La segunda tentación es la de acudir a lo espectacular y a lo sensacional para lograr resultados apostólicos: “Luego el diablo lo llevó a la santa ciudad de Jerusalén, lo subió a la parte más alta del templo y le dijo: si de veras eres el Hijo de Dios, tírate abajo…..” (Mateo 4: 5.6).
 Aquí es esencial recordar la manera cómo Jesús entiende y vive su misión, desposeído de todo poder humano, pobre verdadero entre los pobres, en donación amorosa de su vida sin esperar aplausos y recompensas, finalmente crucificado, humillado y ofendido por los poderes del mundo, un servicio que no acude a estrategias de éxito. Por eso contesta con énfasis:”No pongas a prueba al Señor tu Dios” (Mateo 4: 7).
La tercera tentación consiste en la búsqueda del poder y de la gloria, no es la tentación provocada por la necesidad urgente o por el miedo, sino por el deseo de triunfar: “Finalmente, el diablo lo llevó a un cerro muy alto, y mostrándole todos los reinos del mundo y la grandeza de ellos, le dijo: Te daré todo esto, si te arrodillas y me adoras” (Mateo 4: 8-9); Jesús rechaza tal condición citando Deuteronomio 6: 13: “Vete, Satanás, porque la Escritura dice: adora al Señor tu Dios y sírvele sólo a El” (Mateo 4: 10).
La tentación es un hecho en la vida de Jesús, a la que estuvo expuesto por ser verdadero hombre.
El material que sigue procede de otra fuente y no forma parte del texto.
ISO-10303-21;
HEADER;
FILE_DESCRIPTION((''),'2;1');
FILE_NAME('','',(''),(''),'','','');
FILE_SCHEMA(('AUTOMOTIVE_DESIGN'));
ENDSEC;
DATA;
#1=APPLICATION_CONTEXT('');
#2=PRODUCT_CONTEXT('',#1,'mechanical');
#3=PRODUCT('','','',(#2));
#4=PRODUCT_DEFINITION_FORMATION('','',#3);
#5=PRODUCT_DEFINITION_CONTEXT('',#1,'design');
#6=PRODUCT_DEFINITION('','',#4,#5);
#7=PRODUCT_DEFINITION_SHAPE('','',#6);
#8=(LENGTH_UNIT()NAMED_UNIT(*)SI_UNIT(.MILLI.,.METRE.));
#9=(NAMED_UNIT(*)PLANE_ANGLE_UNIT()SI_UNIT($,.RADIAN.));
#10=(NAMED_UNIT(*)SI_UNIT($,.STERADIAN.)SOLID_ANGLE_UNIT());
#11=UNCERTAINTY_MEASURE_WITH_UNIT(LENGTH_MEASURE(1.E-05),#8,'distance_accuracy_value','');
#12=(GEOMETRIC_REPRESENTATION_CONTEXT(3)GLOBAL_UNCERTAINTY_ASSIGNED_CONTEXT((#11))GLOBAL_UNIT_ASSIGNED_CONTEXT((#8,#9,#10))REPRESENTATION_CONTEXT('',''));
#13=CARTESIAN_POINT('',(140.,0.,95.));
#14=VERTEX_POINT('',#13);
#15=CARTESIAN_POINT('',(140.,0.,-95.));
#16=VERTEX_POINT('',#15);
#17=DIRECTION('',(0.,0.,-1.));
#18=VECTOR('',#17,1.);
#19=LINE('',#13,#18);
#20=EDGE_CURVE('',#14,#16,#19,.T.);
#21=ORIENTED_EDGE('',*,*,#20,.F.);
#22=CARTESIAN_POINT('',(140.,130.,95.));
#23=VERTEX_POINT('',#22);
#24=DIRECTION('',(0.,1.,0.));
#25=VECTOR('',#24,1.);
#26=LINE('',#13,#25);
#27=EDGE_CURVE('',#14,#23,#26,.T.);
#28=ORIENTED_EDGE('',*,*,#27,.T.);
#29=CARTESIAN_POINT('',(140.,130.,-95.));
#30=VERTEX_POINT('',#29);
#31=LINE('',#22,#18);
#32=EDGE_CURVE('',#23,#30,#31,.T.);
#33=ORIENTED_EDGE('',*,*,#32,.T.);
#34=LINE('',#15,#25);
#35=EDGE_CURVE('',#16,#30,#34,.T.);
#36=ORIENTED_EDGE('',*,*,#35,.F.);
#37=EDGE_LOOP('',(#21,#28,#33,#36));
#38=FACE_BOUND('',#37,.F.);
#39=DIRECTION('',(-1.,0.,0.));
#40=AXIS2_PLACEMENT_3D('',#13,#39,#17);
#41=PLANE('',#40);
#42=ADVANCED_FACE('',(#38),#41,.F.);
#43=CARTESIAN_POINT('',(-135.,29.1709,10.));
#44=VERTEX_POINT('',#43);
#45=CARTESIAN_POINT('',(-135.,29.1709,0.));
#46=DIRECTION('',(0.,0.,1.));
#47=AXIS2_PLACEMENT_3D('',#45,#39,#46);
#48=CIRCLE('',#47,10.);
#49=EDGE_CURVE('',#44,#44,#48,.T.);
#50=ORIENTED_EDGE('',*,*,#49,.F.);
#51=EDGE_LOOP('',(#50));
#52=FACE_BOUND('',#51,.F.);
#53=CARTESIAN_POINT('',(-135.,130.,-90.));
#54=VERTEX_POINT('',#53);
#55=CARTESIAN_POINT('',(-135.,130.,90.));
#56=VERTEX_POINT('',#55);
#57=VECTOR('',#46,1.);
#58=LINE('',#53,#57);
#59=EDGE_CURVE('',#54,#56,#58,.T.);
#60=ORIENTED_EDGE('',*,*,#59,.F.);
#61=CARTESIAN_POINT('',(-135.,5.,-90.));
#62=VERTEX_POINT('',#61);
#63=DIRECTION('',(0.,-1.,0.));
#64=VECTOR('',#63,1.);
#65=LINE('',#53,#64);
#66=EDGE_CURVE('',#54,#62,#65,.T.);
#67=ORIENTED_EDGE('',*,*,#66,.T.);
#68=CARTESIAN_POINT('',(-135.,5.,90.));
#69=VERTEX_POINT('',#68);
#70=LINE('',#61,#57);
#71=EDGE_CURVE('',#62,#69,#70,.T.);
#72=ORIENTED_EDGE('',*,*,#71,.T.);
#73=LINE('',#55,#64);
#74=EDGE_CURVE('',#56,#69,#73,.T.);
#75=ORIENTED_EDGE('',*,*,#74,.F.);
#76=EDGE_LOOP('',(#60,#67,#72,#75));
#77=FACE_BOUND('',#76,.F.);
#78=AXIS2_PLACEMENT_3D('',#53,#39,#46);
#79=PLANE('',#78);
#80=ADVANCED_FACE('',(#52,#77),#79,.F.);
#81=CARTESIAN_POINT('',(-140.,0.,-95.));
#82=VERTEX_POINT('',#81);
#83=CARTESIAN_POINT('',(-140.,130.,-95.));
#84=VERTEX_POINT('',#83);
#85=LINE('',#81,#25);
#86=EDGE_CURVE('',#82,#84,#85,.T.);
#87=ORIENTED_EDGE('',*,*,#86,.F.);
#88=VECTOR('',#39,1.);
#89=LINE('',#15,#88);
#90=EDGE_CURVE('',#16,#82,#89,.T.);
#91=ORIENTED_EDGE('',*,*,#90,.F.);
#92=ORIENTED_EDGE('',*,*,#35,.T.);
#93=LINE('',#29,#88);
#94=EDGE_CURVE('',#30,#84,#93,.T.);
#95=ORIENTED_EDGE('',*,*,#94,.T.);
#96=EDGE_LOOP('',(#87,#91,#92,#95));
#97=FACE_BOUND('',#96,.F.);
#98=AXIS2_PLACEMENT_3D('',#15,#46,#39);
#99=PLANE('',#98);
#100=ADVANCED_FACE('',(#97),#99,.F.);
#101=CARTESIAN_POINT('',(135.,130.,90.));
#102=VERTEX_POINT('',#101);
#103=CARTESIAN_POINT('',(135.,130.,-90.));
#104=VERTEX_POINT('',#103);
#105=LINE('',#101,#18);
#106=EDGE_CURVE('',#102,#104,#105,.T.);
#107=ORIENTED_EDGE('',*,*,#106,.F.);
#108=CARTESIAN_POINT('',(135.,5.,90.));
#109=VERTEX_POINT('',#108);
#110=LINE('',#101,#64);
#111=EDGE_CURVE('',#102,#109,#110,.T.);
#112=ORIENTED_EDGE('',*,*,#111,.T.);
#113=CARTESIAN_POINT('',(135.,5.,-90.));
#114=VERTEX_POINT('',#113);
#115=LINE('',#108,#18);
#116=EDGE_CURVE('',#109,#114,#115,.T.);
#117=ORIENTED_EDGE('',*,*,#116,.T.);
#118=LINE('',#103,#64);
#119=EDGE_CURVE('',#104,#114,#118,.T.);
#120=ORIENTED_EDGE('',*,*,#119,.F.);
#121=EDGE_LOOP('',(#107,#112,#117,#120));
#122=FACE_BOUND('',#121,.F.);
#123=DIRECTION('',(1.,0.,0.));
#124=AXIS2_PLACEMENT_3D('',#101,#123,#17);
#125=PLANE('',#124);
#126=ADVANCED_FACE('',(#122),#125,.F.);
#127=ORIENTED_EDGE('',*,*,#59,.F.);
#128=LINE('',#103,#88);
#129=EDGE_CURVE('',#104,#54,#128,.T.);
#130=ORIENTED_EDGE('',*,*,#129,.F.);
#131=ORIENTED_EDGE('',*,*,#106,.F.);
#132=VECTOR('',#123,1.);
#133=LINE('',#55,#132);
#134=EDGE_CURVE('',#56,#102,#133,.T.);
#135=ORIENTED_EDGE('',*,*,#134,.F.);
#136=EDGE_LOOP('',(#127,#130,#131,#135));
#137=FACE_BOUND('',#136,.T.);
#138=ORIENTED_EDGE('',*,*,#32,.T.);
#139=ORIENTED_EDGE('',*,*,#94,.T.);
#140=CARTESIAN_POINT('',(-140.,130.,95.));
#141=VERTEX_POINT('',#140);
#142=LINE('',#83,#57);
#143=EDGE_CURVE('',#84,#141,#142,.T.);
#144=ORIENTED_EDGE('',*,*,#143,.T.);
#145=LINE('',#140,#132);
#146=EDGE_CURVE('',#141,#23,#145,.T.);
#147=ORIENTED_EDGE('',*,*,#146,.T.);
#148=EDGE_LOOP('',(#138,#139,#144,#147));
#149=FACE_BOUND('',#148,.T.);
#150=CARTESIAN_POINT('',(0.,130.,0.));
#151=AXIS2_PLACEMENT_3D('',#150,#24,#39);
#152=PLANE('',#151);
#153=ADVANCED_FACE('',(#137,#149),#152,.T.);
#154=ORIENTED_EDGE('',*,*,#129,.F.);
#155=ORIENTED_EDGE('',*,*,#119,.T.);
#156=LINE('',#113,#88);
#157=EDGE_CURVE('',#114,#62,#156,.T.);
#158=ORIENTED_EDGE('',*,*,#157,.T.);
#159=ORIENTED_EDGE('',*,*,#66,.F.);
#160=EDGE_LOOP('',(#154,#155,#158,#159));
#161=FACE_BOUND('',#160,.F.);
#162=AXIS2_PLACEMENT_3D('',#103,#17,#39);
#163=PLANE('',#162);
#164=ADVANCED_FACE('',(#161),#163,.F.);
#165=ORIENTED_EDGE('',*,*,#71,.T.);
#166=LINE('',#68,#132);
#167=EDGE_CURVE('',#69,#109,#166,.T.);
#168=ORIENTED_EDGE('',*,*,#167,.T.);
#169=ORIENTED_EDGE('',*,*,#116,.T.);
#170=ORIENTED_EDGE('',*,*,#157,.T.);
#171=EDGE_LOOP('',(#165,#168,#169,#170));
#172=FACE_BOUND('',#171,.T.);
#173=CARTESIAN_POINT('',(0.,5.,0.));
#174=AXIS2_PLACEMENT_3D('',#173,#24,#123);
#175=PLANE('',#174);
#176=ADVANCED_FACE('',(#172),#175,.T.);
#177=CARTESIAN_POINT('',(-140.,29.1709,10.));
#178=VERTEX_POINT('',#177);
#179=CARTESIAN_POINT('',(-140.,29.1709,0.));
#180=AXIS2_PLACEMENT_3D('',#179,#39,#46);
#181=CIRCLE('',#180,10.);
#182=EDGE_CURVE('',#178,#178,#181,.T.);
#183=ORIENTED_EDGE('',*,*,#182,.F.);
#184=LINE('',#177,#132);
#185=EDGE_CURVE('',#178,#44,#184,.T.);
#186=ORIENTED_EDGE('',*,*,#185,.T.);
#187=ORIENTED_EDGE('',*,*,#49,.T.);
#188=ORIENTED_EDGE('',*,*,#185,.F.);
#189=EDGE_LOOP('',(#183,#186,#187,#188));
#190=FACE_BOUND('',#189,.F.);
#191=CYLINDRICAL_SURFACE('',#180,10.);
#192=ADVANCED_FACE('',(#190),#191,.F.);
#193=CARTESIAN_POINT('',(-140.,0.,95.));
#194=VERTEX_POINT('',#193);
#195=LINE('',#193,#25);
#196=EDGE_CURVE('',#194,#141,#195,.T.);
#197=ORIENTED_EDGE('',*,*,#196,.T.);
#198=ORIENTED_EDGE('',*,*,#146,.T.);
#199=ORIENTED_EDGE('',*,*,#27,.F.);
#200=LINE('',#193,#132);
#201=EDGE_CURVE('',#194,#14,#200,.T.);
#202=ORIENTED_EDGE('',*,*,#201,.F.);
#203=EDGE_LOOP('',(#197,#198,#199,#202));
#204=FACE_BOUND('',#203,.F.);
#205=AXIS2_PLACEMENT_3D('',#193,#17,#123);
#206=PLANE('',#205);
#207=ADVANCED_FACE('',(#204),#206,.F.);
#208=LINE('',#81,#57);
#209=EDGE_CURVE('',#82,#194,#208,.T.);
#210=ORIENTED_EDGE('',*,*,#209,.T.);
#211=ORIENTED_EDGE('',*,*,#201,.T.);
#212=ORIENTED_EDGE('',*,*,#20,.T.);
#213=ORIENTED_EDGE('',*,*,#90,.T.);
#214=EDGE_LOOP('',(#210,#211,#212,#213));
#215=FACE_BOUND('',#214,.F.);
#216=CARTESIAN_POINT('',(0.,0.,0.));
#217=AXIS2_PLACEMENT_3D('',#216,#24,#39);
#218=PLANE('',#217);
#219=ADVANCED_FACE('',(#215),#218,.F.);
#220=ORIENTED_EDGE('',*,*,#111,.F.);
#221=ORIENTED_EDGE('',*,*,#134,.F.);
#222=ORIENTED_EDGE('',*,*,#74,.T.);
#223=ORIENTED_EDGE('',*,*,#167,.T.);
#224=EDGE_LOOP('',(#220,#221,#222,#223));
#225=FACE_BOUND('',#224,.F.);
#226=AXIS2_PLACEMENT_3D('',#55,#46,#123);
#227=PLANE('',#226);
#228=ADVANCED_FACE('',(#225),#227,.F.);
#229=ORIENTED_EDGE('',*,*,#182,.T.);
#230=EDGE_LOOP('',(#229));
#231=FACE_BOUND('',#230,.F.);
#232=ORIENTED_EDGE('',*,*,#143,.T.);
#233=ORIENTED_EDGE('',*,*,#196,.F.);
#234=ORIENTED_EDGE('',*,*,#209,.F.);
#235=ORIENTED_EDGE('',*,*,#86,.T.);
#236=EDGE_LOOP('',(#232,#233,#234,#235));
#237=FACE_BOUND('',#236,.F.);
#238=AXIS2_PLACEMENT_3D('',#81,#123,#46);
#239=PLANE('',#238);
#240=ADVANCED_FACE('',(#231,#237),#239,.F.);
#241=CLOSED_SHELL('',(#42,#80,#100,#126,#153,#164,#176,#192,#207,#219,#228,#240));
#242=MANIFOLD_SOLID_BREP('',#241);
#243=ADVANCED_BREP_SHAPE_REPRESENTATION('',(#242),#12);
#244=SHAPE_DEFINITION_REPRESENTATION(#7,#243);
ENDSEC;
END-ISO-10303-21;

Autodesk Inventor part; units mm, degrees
ref_plane "YZ Plane" through (0, 0, 0) normal (1, 0, 0) x (0, 1, 0)
ref_plane "XZ Plane" through (0, 0, 0) normal (0, 1, 0) x (-1, 0, 0)
ref_plane "XY Plane" through (0, 0, 0) normal (0, 0, 1) x (1, 0, 0)
sketch "Boceto1" plane through (0, 0, 0) normal (0, 1, 0) x (-1, 0, 0)
  line L0 (140, 95) -> (-140, 95)
  line L1 (-140, 95) -> (-140, -95)
  line L2 (-140, -95) -> (140, -95)
  line L3 (140, -95) -> (140, 95)
  point P0 (0, 0)
  dimension "d0" = 280
  dimension "d1" = 190
  dimension "d2" = 95
  dimension "d3" = 140
extrude "Extrusión1" add sketch "Boceto1" along normal blind 130
ref_plane "Plano de trabajo1" through (0, 0, 95) normal (1, 0, 0) x (0, 0, -1)
ref_plane "Plano de trabajo2" through (140, 0, 0) normal (0, 0, -1) x (-1, 0, 0)
sketch "Boceto3" plane through (0, 130, 0) normal (0, 1, 0) x (1, 0, 0)
  line L0 (140, 95) -> (-140, 95) projected
  line L1 (-140, 95) -> (-140, -95) projected
  line L2 (-140, -95) -> (140, -95) projected
  line L3 (140, -95) -> (140, 95) projected
  line L4 (-135, -90) -> (135, -90)
  line L5 (135, -90) -> (135, 90)
  line L6 (135, 90) -> (-135, 90)
  line L7 (-135, 90) -> (-135, -90)
  point P0 (0, 0)
  dimension "d7" = 270
  dimension "d8" = 135
  dimension "d9" = 180
  dimension "d10" = 90
extrude "Extrusión2" cut sketch "Boceto3" against normal blind 125 contours L7 L6 L5 L4
sketch "Boceto4" plane through (-140, 0, -95) normal (-1, 0, 0) x (0, 0, 1)
  circle A0 centre (95, 29.1709) radius 10
  point P0 (95, 0)
  dimension "d13" = 20
extrude "Extrusión3" cut sketch "Boceto4" against normal blind 5
sketch "Boceto6" plane through (0, 130, 0) normal (0, 1, 0) x (1, 0, 0)
  line L0 (-140, -95) -> (140, -95) projected
  line L1 (-140, 95) -> (-140, -95) projected
  line L2 (140, 95) -> (-140, 95) projected
  line L3 (140, -95) -> (140, 95) projected
  line L4 (-140, -95) -> (140, -95)
  line L5 (140, -95) -> (140, 95)
  line L6 (140, 95) -> (-140, 95)
  line L7 (-140, 95) -> (-140, -95)
  point P0 (0, 0)
extrude "Extrusión4" [suppressed]
properties part number "cajaEléctrica"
Este relato de Mateo destaca por contraste la soberanía de Jesús, su radical referencia teologal y el modo de su mesianismo que es crucificado y totalmente desentendido del vano honor del mundo.
Cómo manejamos nuestra libertad? Somos capaces de autonomía frente a tantas propuestas de enriquecimiento, dominio sobre los otros, individualismo, consumismo, utilización de los demás como trampolín para lograr nuestros objetivos, exhibicionismo, recurso a estrategias maquiavélicas, deseo de honores y reconocimiento? Tenemos clara la orientación de nuestra libertad hacia la voluntad de Dios como camino de realización y de servicio?
El feliz remate teológico y antropológico de estas lecturas lo da el texto de Romanos cuando reconoce esta realidad de pecado, nuestra tendencia a desordenar el plan original de Dios, ante lo que El no escatima los medios para no permitir que su intención sea frustrada por el ejercicio indebido de la libertad humana: “Pero el delito de Adán no puede compararse con el don que Dios nos ha dado. Pues por el delito de un solo hombre muchos murieron, pero el don que Dios nos ha dado gratuitamente por medio de un solo hombre, Jesucristo, es mucho mayor y en bien de muchos” (Romanos 5: 15).